Building ontologies in any form is hard, but many ontologies are repetitive, having many similar terms. Current ontology building tools tend to require a significant amount of manual intervention. Rather than look to creating new tools, Tawny-OWL is a library written in full programming language, which helps to redefine the problem of ontology building to one of programming. Instead of building new ontology tools, the hope is that Tawny-OWL will enable ontology builders to just use existing tools that are designed for general purpose programming. As there are many more people involved in general programming, many tools already exist and are very advanced.

This is the first paper on the topic, although it has been discussed before here.

This paper was written for the OWLED workshop in 2013.


Reviews

Reviews are posted here with the kind permission of the reviewers. Reviewers are identified or remain anonymous (also to myself) at their option. Copyright of the review remains with the reviewer and is not subject to the overall blog license. Reviews may not relate to the latest version of this paper.

Review 1

The given paper is a solid presentation of a system for supporting the development of ontologies – and therefore not really a scientific/research paper.

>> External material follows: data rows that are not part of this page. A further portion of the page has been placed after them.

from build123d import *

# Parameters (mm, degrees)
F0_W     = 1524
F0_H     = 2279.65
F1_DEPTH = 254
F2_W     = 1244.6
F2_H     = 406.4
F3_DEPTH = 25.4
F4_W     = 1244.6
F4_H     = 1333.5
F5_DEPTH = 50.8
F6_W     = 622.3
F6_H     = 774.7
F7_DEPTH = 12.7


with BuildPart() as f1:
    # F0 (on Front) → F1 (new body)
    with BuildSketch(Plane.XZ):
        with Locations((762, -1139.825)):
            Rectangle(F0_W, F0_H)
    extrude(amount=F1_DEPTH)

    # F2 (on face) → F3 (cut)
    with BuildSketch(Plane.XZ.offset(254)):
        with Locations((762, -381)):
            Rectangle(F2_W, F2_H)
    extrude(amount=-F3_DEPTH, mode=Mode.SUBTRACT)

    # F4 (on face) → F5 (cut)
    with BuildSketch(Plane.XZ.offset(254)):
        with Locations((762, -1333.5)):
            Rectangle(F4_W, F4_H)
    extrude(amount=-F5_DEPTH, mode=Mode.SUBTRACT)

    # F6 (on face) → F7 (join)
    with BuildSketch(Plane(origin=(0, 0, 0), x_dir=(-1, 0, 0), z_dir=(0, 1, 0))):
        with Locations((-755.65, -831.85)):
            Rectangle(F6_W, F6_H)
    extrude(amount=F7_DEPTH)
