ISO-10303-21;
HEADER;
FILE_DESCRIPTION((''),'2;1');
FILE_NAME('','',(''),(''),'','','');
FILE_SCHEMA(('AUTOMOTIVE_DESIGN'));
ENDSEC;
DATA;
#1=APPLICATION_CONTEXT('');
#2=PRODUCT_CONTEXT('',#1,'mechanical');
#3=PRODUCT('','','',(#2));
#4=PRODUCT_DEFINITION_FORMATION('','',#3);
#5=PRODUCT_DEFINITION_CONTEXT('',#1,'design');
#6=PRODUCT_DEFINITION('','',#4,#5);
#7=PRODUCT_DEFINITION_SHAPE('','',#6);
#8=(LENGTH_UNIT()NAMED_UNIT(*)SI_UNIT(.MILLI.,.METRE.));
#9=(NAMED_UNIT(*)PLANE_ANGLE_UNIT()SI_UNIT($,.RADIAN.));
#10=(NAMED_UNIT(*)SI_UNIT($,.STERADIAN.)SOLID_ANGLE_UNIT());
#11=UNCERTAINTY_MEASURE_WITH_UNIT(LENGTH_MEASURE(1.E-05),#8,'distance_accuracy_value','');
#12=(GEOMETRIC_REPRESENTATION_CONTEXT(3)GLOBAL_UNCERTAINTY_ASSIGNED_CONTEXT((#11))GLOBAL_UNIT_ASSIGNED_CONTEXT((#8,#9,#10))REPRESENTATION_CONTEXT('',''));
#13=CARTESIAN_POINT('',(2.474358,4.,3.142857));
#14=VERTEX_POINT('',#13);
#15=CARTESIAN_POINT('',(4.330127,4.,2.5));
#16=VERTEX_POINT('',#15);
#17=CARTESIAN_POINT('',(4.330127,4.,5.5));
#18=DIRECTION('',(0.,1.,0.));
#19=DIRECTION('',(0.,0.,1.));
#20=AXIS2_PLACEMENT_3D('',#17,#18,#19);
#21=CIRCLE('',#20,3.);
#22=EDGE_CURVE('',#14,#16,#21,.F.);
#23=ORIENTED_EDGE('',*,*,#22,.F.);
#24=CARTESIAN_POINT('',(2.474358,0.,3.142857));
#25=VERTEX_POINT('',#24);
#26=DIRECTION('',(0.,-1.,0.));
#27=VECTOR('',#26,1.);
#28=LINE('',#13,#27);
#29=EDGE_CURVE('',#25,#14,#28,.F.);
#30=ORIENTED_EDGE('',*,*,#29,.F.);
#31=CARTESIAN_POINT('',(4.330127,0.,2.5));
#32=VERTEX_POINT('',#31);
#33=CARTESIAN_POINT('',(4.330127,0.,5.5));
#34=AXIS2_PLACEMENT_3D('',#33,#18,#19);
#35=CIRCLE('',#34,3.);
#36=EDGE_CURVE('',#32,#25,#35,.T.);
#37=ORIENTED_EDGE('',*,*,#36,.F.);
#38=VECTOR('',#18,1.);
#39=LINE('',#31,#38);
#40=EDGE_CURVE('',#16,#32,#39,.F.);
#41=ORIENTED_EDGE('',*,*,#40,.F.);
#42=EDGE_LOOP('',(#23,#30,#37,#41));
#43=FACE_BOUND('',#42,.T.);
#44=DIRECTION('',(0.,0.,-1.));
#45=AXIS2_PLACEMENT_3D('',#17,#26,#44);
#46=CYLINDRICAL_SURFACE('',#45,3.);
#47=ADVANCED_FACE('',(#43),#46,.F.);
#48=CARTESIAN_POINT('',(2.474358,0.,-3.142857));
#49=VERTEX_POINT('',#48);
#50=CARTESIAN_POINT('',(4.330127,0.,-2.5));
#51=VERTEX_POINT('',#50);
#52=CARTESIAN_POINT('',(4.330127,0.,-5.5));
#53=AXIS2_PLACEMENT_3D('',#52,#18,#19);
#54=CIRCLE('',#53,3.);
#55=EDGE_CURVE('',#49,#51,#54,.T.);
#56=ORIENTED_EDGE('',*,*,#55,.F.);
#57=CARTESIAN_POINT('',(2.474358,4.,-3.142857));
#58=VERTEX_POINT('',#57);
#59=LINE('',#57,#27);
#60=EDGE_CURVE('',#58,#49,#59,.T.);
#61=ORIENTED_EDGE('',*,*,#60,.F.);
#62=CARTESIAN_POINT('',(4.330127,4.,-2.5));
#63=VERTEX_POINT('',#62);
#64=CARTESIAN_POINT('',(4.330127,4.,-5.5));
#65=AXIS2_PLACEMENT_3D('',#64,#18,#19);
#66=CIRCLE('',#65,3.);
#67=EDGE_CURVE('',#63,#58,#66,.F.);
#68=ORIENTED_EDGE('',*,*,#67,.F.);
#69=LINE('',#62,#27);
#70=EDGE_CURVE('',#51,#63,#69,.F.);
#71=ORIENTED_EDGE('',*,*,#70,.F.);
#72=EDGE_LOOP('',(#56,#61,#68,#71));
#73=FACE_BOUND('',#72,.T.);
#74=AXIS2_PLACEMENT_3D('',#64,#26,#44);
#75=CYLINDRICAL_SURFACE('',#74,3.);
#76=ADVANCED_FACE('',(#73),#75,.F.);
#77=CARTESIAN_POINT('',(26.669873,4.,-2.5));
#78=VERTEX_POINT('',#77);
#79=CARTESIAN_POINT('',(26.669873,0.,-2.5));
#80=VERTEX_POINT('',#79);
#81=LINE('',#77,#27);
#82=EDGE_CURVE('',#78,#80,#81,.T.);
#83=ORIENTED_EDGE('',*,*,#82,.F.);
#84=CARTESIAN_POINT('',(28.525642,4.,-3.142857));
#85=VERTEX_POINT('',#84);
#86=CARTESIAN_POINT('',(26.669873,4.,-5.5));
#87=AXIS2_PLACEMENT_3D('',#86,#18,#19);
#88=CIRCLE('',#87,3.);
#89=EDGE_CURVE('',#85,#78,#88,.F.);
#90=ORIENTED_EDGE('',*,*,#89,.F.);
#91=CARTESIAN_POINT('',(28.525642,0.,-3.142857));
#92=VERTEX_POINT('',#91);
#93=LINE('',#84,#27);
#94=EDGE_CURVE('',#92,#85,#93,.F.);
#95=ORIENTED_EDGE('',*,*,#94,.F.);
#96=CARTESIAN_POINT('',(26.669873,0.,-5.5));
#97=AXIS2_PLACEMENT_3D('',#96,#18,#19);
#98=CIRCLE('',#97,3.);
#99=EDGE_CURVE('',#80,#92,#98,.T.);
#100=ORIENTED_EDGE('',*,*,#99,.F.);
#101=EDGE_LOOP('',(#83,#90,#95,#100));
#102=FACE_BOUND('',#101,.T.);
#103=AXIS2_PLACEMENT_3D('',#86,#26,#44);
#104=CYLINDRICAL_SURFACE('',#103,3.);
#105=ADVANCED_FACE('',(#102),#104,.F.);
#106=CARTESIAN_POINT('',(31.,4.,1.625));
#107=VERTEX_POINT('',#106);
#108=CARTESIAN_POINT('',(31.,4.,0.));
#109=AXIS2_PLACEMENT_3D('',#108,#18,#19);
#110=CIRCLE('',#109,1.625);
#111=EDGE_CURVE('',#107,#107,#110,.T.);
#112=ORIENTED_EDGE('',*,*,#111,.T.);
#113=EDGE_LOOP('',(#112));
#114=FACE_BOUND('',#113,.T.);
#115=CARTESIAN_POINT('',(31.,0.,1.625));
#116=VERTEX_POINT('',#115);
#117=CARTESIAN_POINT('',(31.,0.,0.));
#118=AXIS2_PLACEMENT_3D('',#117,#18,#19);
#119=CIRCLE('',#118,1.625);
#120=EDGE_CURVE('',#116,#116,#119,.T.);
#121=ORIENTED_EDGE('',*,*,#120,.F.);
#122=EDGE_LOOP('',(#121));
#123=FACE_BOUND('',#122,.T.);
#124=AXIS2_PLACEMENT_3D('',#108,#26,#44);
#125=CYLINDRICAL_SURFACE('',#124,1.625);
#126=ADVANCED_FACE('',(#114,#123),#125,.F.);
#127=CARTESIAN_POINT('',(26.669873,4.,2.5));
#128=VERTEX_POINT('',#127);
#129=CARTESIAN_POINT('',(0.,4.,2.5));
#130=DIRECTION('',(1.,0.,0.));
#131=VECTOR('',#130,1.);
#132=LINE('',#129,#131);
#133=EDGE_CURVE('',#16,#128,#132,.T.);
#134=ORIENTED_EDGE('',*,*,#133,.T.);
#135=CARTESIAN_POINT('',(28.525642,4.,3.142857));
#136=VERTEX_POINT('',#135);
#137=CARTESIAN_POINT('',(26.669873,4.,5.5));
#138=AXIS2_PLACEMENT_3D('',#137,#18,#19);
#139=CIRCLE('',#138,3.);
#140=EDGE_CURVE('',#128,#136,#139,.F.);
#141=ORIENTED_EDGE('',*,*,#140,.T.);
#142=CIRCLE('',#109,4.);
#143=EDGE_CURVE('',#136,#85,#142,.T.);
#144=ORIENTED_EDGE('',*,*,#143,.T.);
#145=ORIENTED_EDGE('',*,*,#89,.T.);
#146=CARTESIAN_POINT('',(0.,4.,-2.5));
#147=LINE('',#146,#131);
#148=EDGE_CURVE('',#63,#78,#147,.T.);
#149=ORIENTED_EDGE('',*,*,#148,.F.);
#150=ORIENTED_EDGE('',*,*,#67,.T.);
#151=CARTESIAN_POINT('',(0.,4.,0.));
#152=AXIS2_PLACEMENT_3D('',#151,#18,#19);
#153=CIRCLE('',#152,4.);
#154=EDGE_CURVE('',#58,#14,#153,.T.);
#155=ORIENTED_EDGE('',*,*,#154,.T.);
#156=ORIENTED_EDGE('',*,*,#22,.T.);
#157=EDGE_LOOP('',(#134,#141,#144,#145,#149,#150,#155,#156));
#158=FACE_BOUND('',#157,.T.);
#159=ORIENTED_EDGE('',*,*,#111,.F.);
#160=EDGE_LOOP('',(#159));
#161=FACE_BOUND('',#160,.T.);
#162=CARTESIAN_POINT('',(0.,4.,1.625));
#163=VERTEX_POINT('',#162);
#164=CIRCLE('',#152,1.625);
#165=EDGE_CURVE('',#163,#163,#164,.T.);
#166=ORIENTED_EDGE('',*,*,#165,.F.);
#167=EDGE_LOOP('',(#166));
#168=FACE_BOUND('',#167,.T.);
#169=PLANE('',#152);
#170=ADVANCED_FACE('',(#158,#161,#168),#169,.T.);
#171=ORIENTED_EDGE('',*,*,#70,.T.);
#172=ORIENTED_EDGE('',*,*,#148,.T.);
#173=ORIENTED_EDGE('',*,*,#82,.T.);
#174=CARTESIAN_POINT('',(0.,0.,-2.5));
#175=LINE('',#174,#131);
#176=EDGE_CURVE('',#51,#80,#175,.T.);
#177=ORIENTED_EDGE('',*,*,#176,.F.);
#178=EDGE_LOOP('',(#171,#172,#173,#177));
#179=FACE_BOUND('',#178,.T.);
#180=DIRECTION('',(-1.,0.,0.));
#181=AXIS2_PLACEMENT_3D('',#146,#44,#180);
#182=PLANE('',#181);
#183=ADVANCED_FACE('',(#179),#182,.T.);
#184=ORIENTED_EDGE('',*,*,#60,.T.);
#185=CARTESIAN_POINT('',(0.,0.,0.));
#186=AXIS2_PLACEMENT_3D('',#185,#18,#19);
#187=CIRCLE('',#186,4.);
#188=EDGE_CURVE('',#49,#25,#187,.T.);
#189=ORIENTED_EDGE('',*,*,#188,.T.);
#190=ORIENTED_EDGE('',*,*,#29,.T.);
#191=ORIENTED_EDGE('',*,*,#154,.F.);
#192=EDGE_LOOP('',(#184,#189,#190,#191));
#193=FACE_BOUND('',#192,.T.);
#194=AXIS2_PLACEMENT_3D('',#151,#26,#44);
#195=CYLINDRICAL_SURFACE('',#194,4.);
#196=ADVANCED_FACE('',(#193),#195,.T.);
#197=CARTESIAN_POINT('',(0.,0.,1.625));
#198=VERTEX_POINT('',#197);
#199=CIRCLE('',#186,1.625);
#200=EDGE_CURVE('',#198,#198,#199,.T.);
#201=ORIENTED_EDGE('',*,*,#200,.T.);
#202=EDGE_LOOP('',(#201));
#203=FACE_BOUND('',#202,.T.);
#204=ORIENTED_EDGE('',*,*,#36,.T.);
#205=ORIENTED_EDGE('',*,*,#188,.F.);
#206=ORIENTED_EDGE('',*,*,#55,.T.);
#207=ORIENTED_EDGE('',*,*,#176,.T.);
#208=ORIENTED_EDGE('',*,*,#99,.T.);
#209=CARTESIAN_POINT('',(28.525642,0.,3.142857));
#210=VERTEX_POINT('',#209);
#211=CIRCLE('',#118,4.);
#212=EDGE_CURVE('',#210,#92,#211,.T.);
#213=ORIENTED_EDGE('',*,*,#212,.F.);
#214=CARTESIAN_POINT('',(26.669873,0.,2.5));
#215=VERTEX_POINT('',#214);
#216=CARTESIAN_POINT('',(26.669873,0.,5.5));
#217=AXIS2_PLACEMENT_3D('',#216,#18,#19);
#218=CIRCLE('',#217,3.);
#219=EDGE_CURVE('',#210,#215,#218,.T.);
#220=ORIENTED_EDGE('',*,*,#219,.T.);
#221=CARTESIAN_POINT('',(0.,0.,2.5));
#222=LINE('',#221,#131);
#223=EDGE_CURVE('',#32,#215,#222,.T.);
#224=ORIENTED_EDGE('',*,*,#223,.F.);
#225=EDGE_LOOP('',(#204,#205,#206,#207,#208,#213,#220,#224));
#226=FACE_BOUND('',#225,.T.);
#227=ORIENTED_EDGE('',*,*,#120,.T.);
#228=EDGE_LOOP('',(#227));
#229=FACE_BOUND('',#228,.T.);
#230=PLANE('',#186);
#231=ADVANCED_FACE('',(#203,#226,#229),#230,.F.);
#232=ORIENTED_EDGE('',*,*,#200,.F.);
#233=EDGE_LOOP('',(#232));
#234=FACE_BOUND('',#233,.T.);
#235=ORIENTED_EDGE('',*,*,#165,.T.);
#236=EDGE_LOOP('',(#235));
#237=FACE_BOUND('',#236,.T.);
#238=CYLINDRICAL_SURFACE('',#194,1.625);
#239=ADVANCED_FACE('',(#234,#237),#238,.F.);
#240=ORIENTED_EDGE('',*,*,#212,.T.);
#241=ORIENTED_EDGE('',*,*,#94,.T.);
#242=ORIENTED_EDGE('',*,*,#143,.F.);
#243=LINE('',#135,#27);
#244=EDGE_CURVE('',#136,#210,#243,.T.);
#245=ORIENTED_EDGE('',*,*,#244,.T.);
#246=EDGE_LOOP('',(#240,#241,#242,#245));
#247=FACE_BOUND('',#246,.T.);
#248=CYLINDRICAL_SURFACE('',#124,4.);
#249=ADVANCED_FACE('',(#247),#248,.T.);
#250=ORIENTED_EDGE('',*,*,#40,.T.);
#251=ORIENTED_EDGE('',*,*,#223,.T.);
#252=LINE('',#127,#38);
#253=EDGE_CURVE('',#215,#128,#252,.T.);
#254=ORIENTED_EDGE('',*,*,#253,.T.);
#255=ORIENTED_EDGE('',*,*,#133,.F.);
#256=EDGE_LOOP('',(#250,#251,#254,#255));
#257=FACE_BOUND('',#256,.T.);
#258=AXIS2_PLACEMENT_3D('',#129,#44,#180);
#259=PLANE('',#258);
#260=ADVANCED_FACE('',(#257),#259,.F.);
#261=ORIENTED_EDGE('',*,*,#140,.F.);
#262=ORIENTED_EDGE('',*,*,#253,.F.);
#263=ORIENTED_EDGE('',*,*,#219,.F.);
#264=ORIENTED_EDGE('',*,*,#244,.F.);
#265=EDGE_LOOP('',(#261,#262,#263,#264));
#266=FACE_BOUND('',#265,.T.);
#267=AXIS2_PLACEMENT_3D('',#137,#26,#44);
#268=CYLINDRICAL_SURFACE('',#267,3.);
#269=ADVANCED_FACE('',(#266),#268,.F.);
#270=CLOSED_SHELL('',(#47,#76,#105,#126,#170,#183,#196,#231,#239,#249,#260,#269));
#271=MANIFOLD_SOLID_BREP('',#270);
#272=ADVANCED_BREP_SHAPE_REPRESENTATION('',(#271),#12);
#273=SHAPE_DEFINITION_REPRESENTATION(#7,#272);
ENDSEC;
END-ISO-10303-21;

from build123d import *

# Parameters (mm, degrees)
SKETCH1_R           = 1.625
BOSS_EXTRUDE1_DEPTH = 4
FILLET1_R           = 3


with BuildPart() as part:
    # Sketch1 → Boss-Extrude1 (new body)
    with BuildSketch(Plane(origin=(0, 0, 0), x_dir=(1, 0, 0), z_dir=(0, 1, 0))):
        with BuildLine():
            ThreePointArc((3.122498999, 2.5), (-4, 0), (3.122498999, -2.5))
            Line((3.122498999, -2.5), (27.877501001, -2.5))
            ThreePointArc((27.877501001, -2.5), (35, 0), (27.877501001, 2.5))
            Line((27.877501001, 2.5), (3.122498999, 2.5))
        make_face()
        with Locations(Location((0, 0, 0), (0, 0, 270))):
            Circle(SKETCH1_R, mode=Mode.SUBTRACT)
        with Locations(Location((31, 0, 0), (0, 0, 270))):
            Circle(SKETCH1_R, mode=Mode.SUBTRACT)
    extrude(amount=BOSS_EXTRUDE1_DEPTH)

    # Fillet1
    fillet1_edges = [part.edges().sort_by_distance(p)[0] for p in [
        (27.877501001, 2, 2.5),
        (3.122498999, 2, 2.5),
        (3.122498999, 2, -2.5),
        (27.877501001, 2, -2.5),
    ]]
    fillet(fillet1_edges, radius=FILLET1_R)


solid = part.part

It describes Tawny OWL in a sufficiently comprehensive and detailed fashion to understand both the rationale behind as well as the functioning of that system. The text itself is well written and also well structured. Further, the combination of the descriptive text in conjunction with the given (code) examples make the different functionality highlights of Tawny OWL very easy to grasp and appraise.

As another big plus of this paper, I see the availability of all source code which supports the fact that the system is indeed actually available – instead of being just another description of a “hidden” research system.

The possibility to integrate Tawny OWL in a common (programming) environment, the abstraction level support, the modularity and the testing “framework” along with its straightforward syntax make it indeed very appealing and sophisticated.

But the just said comes with a little warning: My above judgment (especially the last comment) are highly biased by the fact that I am also a software developer. And thus I do not know how much the above would apply to non-programmers as well.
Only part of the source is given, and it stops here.